L'abonnement « premier prix » de Netflix, historiquement bloqué à 7,99 par mois, commence à être touché par les augmentations de tarifs que la plateforme effectue régulièrement dans le monde. Après les États-Unis, c'est au tour du Royaume-Uni.

Le tarif « premier prix » à 7,99 de Netflix sera-t-il bientôt de l’histoire ancienne ? Il semblerait que ce montant, jadis sacré, commence à être augmenté à travers les monde. Dernier exemple en date : la plateforme de vidéo à la demande par abonnement (SVOD) va rehausser le montant de certains abonnements au Royaume-Uni, a rapporté le Guardian le 30 mai 2019. Netflix a confirmé.

L’abonnement de base nommé Essentiel (un écran) passera de 7,99 £ à 8,99 £ par mois (soit environ 10 euros), tandis que le Standard (2 écrans) sera deux livres plus cher, pour atteindre 11,99 £ par mois. L’abonnement à 4 écrans restera inchangé.

Netflix dispose de 10 millions d’abonnés outre Manche : ceux-ci devraient être affectés par la hausse des tarifs « au fil des prochaines semaines ». Les nouveaux abonnés, en revanche, payeront immédiatement le prix fort.

Capture d’écran de la série « Easy » // Source : Netflix

Des investissements toujours plus élevés

Il ne s’agit pas d’une surprise pour qui connaît l’industrie actuelle de la vidéo en streaming : les nouvelles plateformes vont se multiplier dans les mois à venir (Disney+ en tête, avec son abonnement à 6,99 dollars par mois et ses nombreux blockbusters, mais aussi Apple TV+ ou Warner), et le leader Netflix va être challengé de toutes parts, même s’il a une bonne longueur d’avance avec ses 148 millions d’abonnés dans le monde.

Très endettée, la multinationale multiplie les investissements en contenus originaux mais aussi les achats de licences très prisées, et a donc besoin de liquidités pour les financer.

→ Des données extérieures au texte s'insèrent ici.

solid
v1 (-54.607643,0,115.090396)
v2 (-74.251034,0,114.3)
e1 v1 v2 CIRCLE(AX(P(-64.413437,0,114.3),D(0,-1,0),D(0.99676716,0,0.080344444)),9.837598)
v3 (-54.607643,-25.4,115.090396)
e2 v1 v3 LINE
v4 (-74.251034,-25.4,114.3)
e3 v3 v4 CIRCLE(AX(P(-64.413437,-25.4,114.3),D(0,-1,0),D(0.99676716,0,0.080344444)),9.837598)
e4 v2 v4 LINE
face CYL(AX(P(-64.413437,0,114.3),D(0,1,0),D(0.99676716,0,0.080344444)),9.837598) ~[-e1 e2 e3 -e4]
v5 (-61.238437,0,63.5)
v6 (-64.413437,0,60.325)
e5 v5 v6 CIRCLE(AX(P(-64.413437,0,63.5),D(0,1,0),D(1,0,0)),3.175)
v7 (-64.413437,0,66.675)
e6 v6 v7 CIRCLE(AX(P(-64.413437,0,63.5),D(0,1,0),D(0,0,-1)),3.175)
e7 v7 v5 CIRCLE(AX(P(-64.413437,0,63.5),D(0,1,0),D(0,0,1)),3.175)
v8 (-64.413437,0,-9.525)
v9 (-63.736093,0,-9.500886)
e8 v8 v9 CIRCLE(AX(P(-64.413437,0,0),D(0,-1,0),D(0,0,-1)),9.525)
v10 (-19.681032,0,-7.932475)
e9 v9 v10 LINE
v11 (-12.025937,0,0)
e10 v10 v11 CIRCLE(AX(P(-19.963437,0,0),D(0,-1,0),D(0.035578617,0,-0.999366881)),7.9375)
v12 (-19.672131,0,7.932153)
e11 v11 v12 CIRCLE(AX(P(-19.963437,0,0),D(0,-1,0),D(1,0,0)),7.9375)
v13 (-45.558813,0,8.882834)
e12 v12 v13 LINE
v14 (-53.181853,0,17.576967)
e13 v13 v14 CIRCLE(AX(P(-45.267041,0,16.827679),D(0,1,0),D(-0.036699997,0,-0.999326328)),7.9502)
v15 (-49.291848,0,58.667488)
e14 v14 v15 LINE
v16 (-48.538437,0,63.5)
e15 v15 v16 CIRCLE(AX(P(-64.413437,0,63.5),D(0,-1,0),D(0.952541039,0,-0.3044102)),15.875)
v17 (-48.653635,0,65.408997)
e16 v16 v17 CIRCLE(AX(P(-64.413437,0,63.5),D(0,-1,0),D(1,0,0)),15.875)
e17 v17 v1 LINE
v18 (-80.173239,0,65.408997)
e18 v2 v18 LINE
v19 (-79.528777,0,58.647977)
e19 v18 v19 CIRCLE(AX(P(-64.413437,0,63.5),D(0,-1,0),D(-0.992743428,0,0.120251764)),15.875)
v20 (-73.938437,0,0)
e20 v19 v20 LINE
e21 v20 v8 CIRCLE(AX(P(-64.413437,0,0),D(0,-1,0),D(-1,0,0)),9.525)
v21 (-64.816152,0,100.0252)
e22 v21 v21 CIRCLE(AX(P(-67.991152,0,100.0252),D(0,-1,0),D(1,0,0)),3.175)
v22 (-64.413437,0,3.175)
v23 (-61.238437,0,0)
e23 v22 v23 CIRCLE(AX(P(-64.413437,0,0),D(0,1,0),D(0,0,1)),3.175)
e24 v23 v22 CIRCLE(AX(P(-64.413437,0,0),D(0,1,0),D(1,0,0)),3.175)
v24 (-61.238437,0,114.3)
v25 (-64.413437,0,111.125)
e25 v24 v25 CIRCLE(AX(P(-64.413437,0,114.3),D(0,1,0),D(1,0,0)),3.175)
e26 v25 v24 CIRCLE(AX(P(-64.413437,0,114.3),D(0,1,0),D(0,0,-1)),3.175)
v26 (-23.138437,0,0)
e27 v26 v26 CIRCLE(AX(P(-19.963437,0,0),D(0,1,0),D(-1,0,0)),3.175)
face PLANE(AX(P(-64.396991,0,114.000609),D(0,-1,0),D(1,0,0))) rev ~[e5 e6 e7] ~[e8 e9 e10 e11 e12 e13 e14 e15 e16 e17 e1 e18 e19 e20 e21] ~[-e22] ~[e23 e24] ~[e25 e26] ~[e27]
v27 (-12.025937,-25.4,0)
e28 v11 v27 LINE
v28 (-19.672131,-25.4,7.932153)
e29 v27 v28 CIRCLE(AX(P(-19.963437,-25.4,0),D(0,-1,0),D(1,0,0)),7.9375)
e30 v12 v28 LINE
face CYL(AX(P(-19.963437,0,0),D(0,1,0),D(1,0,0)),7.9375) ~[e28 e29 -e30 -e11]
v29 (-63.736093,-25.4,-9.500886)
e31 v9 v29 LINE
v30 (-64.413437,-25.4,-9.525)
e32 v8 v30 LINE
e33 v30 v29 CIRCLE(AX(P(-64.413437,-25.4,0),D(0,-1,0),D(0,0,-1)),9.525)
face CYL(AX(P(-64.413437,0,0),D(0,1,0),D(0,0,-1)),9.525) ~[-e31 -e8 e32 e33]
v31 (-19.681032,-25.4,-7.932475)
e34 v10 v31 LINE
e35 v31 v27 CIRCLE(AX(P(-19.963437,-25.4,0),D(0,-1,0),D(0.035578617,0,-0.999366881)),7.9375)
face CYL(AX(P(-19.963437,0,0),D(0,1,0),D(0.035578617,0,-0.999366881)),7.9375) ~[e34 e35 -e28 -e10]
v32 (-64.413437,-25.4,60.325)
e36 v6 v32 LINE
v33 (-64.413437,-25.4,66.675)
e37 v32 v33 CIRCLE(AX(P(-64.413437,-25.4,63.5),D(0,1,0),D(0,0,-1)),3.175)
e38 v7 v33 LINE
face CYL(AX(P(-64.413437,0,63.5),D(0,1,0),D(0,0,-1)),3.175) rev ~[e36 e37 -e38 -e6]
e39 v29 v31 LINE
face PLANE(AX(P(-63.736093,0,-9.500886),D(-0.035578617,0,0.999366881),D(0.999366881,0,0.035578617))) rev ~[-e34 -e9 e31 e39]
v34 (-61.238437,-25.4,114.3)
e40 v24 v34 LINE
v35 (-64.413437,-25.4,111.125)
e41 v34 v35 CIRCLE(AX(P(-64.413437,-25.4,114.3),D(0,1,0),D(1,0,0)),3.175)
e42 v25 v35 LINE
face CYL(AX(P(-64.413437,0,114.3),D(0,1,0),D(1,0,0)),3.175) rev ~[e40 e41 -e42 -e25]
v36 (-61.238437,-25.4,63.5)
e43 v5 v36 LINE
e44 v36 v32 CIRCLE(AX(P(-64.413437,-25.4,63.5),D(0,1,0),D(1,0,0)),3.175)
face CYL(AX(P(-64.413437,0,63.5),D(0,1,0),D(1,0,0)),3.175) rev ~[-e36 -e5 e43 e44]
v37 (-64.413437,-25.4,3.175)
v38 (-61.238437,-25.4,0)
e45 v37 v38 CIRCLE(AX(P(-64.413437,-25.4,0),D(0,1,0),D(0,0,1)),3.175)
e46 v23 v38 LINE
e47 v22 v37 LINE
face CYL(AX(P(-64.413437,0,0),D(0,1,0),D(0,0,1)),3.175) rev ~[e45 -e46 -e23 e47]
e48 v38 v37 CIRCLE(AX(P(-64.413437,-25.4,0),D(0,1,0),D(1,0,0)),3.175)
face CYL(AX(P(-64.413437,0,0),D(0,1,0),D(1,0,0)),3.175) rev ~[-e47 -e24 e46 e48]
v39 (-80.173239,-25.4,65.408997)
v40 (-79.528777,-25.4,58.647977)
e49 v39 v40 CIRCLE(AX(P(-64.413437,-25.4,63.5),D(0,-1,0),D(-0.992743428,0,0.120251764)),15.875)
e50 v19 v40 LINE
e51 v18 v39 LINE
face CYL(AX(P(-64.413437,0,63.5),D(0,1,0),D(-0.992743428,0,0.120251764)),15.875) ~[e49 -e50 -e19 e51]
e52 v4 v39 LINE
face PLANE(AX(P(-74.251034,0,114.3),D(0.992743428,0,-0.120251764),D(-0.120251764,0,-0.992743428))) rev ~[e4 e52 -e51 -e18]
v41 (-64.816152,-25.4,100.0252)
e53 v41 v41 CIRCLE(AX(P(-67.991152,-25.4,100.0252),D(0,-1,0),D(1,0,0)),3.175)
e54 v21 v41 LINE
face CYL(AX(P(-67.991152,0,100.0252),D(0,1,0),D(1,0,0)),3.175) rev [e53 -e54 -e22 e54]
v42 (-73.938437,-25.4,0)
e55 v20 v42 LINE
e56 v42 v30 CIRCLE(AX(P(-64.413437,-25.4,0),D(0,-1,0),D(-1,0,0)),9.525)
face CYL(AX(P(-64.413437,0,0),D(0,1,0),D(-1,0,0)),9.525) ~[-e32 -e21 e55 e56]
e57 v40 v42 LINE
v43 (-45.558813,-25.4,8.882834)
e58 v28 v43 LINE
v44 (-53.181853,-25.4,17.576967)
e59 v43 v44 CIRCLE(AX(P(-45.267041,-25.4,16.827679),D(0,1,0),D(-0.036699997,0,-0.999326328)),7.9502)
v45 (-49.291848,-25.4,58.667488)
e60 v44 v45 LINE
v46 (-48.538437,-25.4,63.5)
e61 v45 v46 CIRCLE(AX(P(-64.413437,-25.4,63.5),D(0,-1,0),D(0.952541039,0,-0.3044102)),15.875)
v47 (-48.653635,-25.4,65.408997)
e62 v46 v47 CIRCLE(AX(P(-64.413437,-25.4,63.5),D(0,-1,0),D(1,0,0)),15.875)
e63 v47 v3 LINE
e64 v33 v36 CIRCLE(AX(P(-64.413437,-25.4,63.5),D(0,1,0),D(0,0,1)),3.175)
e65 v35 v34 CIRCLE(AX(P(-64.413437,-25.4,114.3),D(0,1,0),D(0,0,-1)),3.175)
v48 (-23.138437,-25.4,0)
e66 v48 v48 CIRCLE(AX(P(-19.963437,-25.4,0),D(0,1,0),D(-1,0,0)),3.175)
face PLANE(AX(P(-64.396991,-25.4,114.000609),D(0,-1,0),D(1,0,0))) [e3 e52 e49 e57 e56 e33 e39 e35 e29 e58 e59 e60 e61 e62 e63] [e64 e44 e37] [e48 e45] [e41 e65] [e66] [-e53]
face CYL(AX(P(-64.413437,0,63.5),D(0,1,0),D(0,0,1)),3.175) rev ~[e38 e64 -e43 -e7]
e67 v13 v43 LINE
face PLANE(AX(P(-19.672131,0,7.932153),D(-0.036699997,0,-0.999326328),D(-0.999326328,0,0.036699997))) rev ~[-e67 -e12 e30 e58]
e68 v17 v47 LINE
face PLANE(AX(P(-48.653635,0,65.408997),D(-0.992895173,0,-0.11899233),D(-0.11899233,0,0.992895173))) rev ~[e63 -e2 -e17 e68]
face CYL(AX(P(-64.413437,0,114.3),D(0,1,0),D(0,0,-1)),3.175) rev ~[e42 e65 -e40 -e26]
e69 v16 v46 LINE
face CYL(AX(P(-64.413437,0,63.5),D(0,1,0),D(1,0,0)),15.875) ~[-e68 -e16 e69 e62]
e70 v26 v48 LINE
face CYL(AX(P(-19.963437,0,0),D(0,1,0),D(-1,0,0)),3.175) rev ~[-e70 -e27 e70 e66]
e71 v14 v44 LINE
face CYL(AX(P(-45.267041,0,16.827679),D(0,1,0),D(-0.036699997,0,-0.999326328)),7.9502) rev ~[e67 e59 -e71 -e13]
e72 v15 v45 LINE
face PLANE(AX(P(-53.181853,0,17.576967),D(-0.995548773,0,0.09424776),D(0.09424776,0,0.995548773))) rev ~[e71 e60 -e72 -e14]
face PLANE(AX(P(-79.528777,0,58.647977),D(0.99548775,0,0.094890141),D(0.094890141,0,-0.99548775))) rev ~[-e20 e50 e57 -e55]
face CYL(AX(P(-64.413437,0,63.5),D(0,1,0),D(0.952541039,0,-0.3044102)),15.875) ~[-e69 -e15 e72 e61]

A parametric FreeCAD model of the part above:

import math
import FreeCAD as App
import Part
import Sketcher
Q = App.Units.Quantity

doc = App.newDocument("Part")
body = doc.addObject("PartDesign::Body", "Body")

# Sketch on XZ plane
sketch1 = body.newObject("Sketcher::SketchObject", "Sketch")
sketch1.AttachmentSupport = (doc.getObject("XZ_Plane"), [""])
sketch1.MapMode = "FlatFace"
sketch1.addGeometry(Part.ArcOfCircle(Part.Circle(App.Vector(-64.4, 0, 0), App.Vector(0, 0, 1), 9.5), math.radians(-90), math.radians(-85.92)), False)
sketch1.addGeometry(Part.LineSegment(App.Vector(-63.7, -9.5, 0), App.Vector(-19.7, -7.9, 0)), False)
sketch1.addGeometry(Part.ArcOfCircle(Part.Circle(App.Vector(-20, 0, 0), App.Vector(0, 0, 1), 7.9), math.radians(-88), math.radians(0)), False)
sketch1.addGeometry(Part.ArcOfCircle(Part.Circle(App.Vector(-20, 0, 0), App.Vector(0, 0, 1), 7.9), math.radians(0), math.radians(88)), False)
sketch1.addGeometry(Part.LineSegment(App.Vector(-19.7, 7.9, 0), App.Vector(-45.6, 8.9, 0)), False)
sketch1.addGeometry(Part.ArcOfCircle(Part.Circle(App.Vector(-45.3, 16.8, 0), App.Vector(0, 0, 1), 8), math.radians(175), math.radians(268)), False)
sketch1.addGeometry(Part.LineSegment(App.Vector(-53.2, 17.6, 0), App.Vector(-49.3, 58.7, 0)), False)
sketch1.addGeometry(Part.ArcOfCircle(Part.Circle(App.Vector(-64.4, 63.5, 0), App.Vector(0, 0, 1), 15.9), math.radians(-17.72), math.radians(0)), False)
sketch1.addGeometry(Part.ArcOfCircle(Part.Circle(App.Vector(-64.4, 63.5, 0), App.Vector(0, 0, 1), 15.9), math.radians(0), math.radians(6.91)), False)
sketch1.addGeometry(Part.LineSegment(App.Vector(-48.7, 65.4, 0), App.Vector(-54.6, 115.1, 0)), False)
sketch1.addGeometry(Part.ArcOfCircle(Part.Circle(App.Vector(-64.4, 114.3, 0), App.Vector(0, 0, 1), 9.8), math.radians(5), math.radians(180)), False)
sketch1.addGeometry(Part.LineSegment(App.Vector(-74.3, 114.3, 0), App.Vector(-80.2, 65.4, 0)), False)
sketch1.addGeometry(Part.ArcOfCircle(Part.Circle(App.Vector(-64.4, 63.5, 0), App.Vector(0, 0, 1), 15.9), math.radians(173), math.radians(198)), False)
sketch1.addGeometry(Part.LineSegment(App.Vector(-79.5, 58.6, 0), App.Vector(-73.9, 0, 0)), False)
sketch1.addGeometry(Part.ArcOfCircle(Part.Circle(App.Vector(-64.4, 0, 0), App.Vector(0, 0, 1), 9.5), math.radians(180), math.radians(270)), False)
sketch1.addGeometry(Part.ArcOfCircle(Part.Circle(App.Vector(-64.4, 0, 0), App.Vector(0, 0, 1), 3.2), math.radians(90), math.radians(360)), False)
sketch1.addGeometry(Part.ArcOfCircle(Part.Circle(App.Vector(-64.4, 0, 0), App.Vector(0, 0, 1), 3.2), math.radians(0), math.radians(90)), False)
sketch1.addGeometry(Part.Circle(App.Vector(-20, 0, 0), App.Vector(0, 0, 1), 3.2), False)
sketch1.addGeometry(Part.ArcOfCircle(Part.Circle(App.Vector(-64.4, 63.5, 0), App.Vector(0, 0, 1), 3.2), math.radians(0), math.radians(90)), False)
sketch1.addGeometry(Part.ArcOfCircle(Part.Circle(App.Vector(-64.4, 63.5, 0), App.Vector(0, 0, 1), 3.2), math.radians(-90), math.radians(0)), False)
sketch1.addGeometry(Part.ArcOfCircle(Part.Circle(App.Vector(-64.4, 63.5, 0), App.Vector(0, 0, 1), 3.2), math.radians(90), math.radians(270)), False)
sketch1.addGeometry(Part.Circle(App.Vector(-68, 100, 0), App.Vector(0, 0, 1), 3.2), False)
sketch1.addGeometry(Part.ArcOfCircle(Part.Circle(App.Vector(-64.4, 114.3, 0), App.Vector(0, 0, 1), 3.2), math.radians(0), math.radians(270)), False)
sketch1.addGeometry(Part.ArcOfCircle(Part.Circle(App.Vector(-64.4, 114.3, 0), App.Vector(0, 0, 1), 3.2), math.radians(-90), math.radians(0)), False)
sketch1.addConstraint(Sketcher.Constraint("Coincident", 0, 2, 1, 1))
sketch1.addConstraint(Sketcher.Constraint("Tangent", 1, 2, 2, 1))
sketch1.addConstraint(Sketcher.Constraint("Tangent", 2, 2, 3, 1))
sketch1.addConstraint(Sketcher.Constraint("Tangent", 3, 2, 4, 1))
sketch1.addConstraint(Sketcher.Constraint("Tangent", 4, 2, 5, 2))
sketch1.addConstraint(Sketcher.Constraint("Tangent", 5, 1, 6, 1))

Elle réalise ainsi des vagues de hausse de tarifs dans certains pays, comme en Europe ces derniers mois (Allemagne, Autriche, Suisse). Mais l’une de ses fiertés était de n’avoir pas changé, depuis des années, son tarif de base le plus abordable, à 7,99 (dollars, euros, livres) par mois. Reed Hastings, le CEO de l’entreprise, de passage à Paris en septembre 2018, avait encore insisté sur le fait que son entreprise n’avait pas augmenté le coût de cet abonnement lorsque Numerama l’avait rencontré.

Cette barrière est pourtant en train de sauter. Avant la Royaume-Uni, dont le tarif « premier prix sera donc désormais de 8,99 livres par mois, c’est aux États-Unis que la plateforme avait renoncé à son historique abonnement à 7,99 dollars par mois, signant au passage la plus grosse hausse de son histoire en janvier 2019.

Les arguments de Netflix sont audibles : la firme investit énormément pour fournir plus de contenus exclusifs à ses abonnés que n’importe quel concurrent (linéaire ou SVOD) — au risque même de les noyer sous les contenus —  sur une plateforme sans publicité. Mais le symbole est important, car il témoigne de l’obligation de renoncer à certains marqueurs emblématiques pour continuer à maintenir une courbe de croissance toujours très positive.